Reputation: 890
I'm fairly new to VxWorks OS and hence wouldn't mind explanations in case I differ in my understanding of things under the hood when they differ from more traditional OSes like Linux and the likes. With that out of the way, let me begin my actual question.
I am trying to create a loop-back test for testing changes I made to the serial UART driver on the board. Since I do not want to use a cross cable to actually short two UART ports externally, I've connected both of those ports to my dev machine. One configured as an output port from the dev machine's perspective (and consequently as an Input port on the board) and the other an input port (an output port on the board). I am actually doing the loopback using a shared memory buffer which I am protecting using a mutex. So there are two threads on the board, one of which reads from the input port, copies data to the shared memory and the other reads from the memory and sends it over the output port.

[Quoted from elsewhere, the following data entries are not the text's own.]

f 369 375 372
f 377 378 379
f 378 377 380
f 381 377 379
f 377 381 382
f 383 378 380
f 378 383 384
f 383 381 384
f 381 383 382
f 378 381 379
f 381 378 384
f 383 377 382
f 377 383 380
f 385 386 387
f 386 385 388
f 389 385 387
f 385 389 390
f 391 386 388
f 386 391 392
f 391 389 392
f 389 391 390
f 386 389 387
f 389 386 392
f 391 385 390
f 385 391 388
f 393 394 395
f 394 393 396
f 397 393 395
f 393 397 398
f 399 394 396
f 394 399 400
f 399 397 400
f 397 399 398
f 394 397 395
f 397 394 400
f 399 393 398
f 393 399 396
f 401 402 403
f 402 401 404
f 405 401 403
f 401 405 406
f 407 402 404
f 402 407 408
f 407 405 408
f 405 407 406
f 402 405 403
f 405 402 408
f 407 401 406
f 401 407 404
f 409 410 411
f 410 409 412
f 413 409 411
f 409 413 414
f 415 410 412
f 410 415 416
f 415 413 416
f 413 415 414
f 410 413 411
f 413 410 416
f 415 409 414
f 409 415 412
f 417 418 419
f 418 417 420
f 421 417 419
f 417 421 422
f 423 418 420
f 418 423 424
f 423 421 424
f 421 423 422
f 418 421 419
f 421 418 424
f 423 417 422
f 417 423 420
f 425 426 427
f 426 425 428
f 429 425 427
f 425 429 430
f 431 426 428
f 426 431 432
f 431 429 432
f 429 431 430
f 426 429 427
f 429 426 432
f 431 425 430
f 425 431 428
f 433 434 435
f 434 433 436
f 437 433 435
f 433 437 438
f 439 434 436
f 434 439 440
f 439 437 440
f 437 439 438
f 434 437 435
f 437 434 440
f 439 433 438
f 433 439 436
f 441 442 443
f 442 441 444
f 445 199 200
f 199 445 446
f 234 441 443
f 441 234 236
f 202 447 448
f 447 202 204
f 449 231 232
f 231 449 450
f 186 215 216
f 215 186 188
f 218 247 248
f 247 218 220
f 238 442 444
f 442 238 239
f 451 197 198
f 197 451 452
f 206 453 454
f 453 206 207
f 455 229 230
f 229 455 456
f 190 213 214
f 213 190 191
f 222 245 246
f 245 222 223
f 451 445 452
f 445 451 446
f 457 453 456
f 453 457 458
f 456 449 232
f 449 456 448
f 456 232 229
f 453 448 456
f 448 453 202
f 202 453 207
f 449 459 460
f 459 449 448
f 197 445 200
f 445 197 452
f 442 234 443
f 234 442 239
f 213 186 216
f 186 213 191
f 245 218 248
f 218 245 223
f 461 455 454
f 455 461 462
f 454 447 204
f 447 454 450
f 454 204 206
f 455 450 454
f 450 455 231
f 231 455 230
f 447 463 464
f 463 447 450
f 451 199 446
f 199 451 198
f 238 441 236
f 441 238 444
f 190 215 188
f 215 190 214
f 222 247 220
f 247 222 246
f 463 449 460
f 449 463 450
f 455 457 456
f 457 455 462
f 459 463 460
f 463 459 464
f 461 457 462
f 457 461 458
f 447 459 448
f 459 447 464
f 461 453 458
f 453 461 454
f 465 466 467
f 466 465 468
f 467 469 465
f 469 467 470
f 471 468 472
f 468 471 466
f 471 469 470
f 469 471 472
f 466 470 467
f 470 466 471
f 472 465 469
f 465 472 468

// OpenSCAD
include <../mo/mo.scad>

And I am using regular open, read and write calls in my VxWorks application (by the way I think it is part of the application code as I call the functions from usrAppInit.c
not withstanding the fact that I can even call driver routines from here! (Is it because of a flat memory model vis-a-vis Linux?? Anyhow).
Now I these ports on VxWorks have been opened in a non blocking mode and here's the code snippet which configures one of the ports:
if( (fdIn = open(portstrIn, O_RDONLY | O_NOCTTY, 0) ) == ERROR) {
return 1;
}
if(((status = ioctl(fdIn, FIOSETOPTIONS, OPT_RAW))) == ERROR)
{
return 1;
}
/* set the baud rate to 115200
*/
if((status = ioctl(fdIn, FIOBAUDRATE, 115200)) == ERROR)
{
return 1;
}
/* set the HW options
*/
if((status = ioctl(fdIn, SIO_HW_OPTS_SET, (CS8 | 0 | 0))) == ERROR)
{
return 1;
}
And similarly the output port is also configured. These two are part of two separate tasks spawned using taskSpawn
and have the same priority of 100. However what I am annoyed by, is that when I write to the in port from my dev machine (using a python script), the read call on the board get's sort of staggered (I wonder if that's the right way to refer to it). It is most likely due to the short availability of hardware buffer space on the UART input buffer (or some such). This is usually not much of a problem if that is all I am doing.
However, as explained earlier, I am trying to copy the whole received character stream into a common memory buffer (guarded by a mutex of course) which is then read by another task and then re-transmitted over another serial port (sort of an in memory loopback if you will)
In lieu of that aforementioned staggering of the read calls, I thought of holding the mutex as long as there are characters to be read from the Inport and once there are no chars to be read, release the mutex and since this is VxWorks, do an explicit taskDelay(0)
to schedule the next ready task (my other task). However since this is a blocking read, I am (as expected) stuck on the read call due to which my other thread never gets a chance to execute.
I did think of checking if the buffer was full and then doing the explicit task switch however if any of you have a better idea, I'm all ears.
Also just to see how this staggered read thing works from the perspective of the kernel, I timed it using a time(NULL)
call just before and right after the read. So surprisingly, the very first chunk shows up a number, every other chunk after that (if it's a part of the same data block coming from the outside) shows 0. Could anyone explain that as well?
Upvotes: 0
Views: 851
Reputation: 59
Without a loopback cable attached, the only way you can arrive at testing serial loopback behavior is to switch the uart into loopback mode. This often means making changes to the specific hardware part driver.